= TASK BRIEF =
Output must match the data below exactly from its first line through the line that contains "e8 v5 v8 LINE", with no other line.

= PROVIDED DATA =
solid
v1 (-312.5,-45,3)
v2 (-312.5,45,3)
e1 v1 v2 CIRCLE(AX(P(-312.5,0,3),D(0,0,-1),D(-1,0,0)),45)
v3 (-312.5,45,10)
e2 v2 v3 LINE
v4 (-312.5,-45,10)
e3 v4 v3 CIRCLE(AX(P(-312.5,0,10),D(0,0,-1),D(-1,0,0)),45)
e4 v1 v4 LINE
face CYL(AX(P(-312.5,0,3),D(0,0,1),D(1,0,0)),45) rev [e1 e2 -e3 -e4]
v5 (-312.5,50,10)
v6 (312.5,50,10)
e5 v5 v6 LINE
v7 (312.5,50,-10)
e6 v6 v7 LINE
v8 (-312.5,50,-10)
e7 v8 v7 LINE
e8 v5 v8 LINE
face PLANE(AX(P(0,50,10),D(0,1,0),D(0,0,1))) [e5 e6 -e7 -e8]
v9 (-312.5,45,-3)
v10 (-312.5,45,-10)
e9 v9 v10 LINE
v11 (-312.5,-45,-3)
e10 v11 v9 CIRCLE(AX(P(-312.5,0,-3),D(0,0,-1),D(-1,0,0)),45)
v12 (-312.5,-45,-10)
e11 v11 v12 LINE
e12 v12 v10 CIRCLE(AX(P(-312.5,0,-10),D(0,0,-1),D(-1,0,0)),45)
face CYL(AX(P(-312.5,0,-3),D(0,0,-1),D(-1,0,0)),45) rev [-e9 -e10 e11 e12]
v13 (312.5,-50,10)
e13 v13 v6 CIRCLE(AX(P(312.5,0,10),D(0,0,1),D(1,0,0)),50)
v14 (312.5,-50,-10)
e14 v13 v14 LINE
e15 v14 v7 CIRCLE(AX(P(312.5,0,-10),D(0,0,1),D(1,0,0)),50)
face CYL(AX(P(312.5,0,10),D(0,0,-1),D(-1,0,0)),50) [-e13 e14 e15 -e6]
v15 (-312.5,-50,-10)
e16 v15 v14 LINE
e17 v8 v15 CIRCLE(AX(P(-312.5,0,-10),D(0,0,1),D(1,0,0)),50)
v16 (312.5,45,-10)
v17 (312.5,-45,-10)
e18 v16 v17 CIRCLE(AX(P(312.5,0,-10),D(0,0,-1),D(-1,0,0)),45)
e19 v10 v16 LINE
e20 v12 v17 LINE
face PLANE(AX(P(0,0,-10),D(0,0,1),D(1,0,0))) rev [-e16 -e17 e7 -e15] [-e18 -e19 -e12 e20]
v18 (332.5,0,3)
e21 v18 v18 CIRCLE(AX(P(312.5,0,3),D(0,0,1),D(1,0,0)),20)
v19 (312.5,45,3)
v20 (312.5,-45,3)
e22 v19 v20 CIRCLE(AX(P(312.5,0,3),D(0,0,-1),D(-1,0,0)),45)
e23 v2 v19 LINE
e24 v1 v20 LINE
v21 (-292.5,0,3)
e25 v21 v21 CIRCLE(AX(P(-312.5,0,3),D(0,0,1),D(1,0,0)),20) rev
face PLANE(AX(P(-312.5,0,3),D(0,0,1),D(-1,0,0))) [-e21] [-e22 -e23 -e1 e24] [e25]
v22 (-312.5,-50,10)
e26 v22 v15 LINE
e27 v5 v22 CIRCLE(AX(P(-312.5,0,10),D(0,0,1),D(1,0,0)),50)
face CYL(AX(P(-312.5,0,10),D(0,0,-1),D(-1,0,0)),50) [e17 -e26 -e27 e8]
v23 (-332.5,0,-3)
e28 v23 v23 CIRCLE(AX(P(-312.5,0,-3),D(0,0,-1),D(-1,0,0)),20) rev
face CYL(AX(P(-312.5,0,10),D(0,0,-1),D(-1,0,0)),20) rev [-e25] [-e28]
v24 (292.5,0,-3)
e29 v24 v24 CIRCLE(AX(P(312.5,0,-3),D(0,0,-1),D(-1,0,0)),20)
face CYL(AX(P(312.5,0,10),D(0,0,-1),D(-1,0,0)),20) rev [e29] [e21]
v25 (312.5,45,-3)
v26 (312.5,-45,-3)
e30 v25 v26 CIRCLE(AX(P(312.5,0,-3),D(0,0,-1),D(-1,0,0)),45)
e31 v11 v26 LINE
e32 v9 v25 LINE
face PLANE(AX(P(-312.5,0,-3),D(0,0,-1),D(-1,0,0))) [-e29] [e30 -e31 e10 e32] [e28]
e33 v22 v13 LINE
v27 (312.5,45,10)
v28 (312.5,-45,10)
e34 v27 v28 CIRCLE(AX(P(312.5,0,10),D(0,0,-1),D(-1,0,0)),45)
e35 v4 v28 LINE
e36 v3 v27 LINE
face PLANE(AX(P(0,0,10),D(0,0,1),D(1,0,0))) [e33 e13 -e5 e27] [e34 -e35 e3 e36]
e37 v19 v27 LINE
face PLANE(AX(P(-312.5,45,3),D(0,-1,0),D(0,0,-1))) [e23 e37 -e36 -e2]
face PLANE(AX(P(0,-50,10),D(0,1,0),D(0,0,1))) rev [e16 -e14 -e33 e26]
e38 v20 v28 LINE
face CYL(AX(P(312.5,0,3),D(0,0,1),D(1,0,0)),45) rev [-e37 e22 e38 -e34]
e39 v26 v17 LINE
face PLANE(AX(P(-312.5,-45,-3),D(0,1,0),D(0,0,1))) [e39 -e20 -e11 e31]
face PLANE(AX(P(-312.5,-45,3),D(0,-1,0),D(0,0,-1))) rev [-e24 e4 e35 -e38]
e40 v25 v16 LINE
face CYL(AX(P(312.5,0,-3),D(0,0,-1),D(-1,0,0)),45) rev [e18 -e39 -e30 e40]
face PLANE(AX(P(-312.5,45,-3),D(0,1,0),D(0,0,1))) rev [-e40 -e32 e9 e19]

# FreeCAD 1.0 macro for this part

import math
import FreeCAD as App
import Part
import Sketcher

doc = App.newDocument("Part")
body = doc.addObject("PartDesign::Body", "Body")

sketch1 = body.newObject("Sketcher::SketchObject", "Sketch")
sketch1.AttachmentSupport = (doc.getObject("XY_Plane"), [""])
sketch1.MapMode = "FlatFace"
sketch1.addGeometry(Part.LineSegment(App.Vector(-312, -50, 0), App.Vector(312, -50, 0)), False)
sketch1.addGeometry(Part.ArcOfCircle(Part.Circle(App.Vector(312, 0, 0), App.Vector(0, 0, 1), 50), math.radians(-90), math.radians(90)), False)
sketch1.addGeometry(Part.LineSegment(App.Vector(312, 50, 0), App.Vector(-312, 50, 0)), False)
sketch1.addGeometry(Part.ArcOfCircle(Part.Circle(App.Vector(-312, 0, 0), App.Vector(0, 0, 1), 50), math.radians(90), math.radians(270)), False)
sketch1.addGeometry(Part.Circle(App.Vector(-312, 0, 0), App.Vector(0, 0, 1), 20), False)
sketch1.addGeometry(Part.Circle(App.Vector(312, 0, 0), App.Vector(0, 0, 1), 20), False)
sketch1.addConstraint(Sketcher.Constraint("Tangent", 0, 2, 1, 1))
sketch1.addConstraint(Sketcher.Constraint("Tangent", 1, 2, 2, 1))
sketch1.addConstraint(Sketcher.Constraint("Tangent", 2, 2, 3, 1))
sketch1.addConstraint(Sketcher.Constraint("Tangent", 3, 2, 0, 1))
sketch1.addConstraint(Sketcher.Constraint("Horizontal", 0))
sketch1.addConstraint(Sketcher.Constraint("Horizontal", 2))
sketch1.addConstraint(Sketcher.Constraint("Coincident", 4, 3, 3, 3))
sketch1.addConstraint(Sketcher.Constraint("Coincident", 5, 3, 1, 3))
sketch1.addConstraint(Sketcher.Constraint("Equal", 4, 5))
sketch1.addConstraint(Sketcher.Constraint("Symmetric", 1, 3, 3, 3, -1, 1))
sketch1.addConstraint(Sketcher.Constraint("Diameter", 4, 40.0))
sketch1.addConstraint(Sketcher.Constraint("Radius", 1, 50.0))
sketch1.addConstraint(Sketcher.Constraint("DistanceX", 0, 1, 0, 2, 625.0))
pad1 = body.newObject("PartDesign::Pad", "Pad")
pad1.Profile = sketch1
pad1.Length = 20
pad1.Midplane = True

sketch2 = body.newObject("Sketcher::SketchObject", "Sketch001")
sketch2.AttachmentSupport = (doc.getObject("XY_Plane"), [""])
sketch2.MapMode = "FlatFace"
sketch2.AttachmentOffset = App.Placement(App.Vector(0, 0, -10), App.Rotation())
sketch2.addGeometry(Part.LineSegment(App.Vector(-312, 45, 0), App.Vector(312, 45, 0)), False)
sketch2.addGeometry(Part.ArcOfCircle(Part.Circle(App.Vector(312, 0, 0), App.Vector(0, 0, 1), 45), math.radians(-90), math.radians(90)), False)
sketch2.addGeometry(Part.LineSegment(App.Vector(312, -45, 0), App.Vector(-312, -45, 0)), False)
sketch2.addGeometry(Part.ArcOfCircle(Part.Circle(App.Vector(-312, 0, 0), App.Vector(0, 0, 1), 45), math.radians(90), math.radians(270)), False)
sketch2.addConstraint(Sketcher.Constraint("Tangent", 0, 2, 1, 2))
sketch2.addConstraint(Sketcher.Constraint("Tangent", 1, 1, 2, 1))
sketch2.addConstraint(Sketcher.Constraint("Tangent", 2, 2, 3, 2))
sketch2.addConstraint(Sketcher.Constraint("Tangent", 3, 1, 0, 1))
sketch2.addConstraint(Sketcher.Constraint("Horizontal", 0))
sketch2.addConstraint(Sketcher.Constraint("Horizontal", 2))
sketch2.addConstraint(Sketcher.Constraint("Symmetric", 1, 3, 3, 3, -1, 1))
sketch2.addConstraint(Sketcher.Constraint("Radius", 1, 45.0))
sketch2.addConstraint(Sketcher.Constraint("DistanceX", 0, 1, 0, 2, 625.0))
pocket1 = body.newObject("PartDesign::Pocket", "Pocket")
pocket1.Profile = sketch2
pocket1.Length = 7
pocket1.Reversed = True
doc.recompute()

mirrored = body.newObject("PartDesign::Mirrored", "Mirrored")
mirrored.Originals = [pocket1]
mirrored.MirrorPlane = (doc.getObject("XY_Plane"), [""])
body.Tip = mirrored

doc.recompute()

= SOLUTION FOR THIS PROBLEM =
solid
v1 (-312.5,-45,3)
v2 (-312.5,45,3)
e1 v1 v2 CIRCLE(AX(P(-312.5,0,3),D(0,0,-1),D(-1,0,0)),45)
v3 (-312.5,45,10)
e2 v2 v3 LINE
v4 (-312.5,-45,10)
e3 v4 v3 CIRCLE(AX(P(-312.5,0,10),D(0,0,-1),D(-1,0,0)),45)
e4 v1 v4 LINE
face CYL(AX(P(-312.5,0,3),D(0,0,1),D(1,0,0)),45) rev [e1 e2 -e3 -e4]
v5 (-312.5,50,10)
v6 (312.5,50,10)
e5 v5 v6 LINE
v7 (312.5,50,-10)
e6 v6 v7 LINE
v8 (-312.5,50,-10)
e7 v8 v7 LINE
e8 v5 v8 LINE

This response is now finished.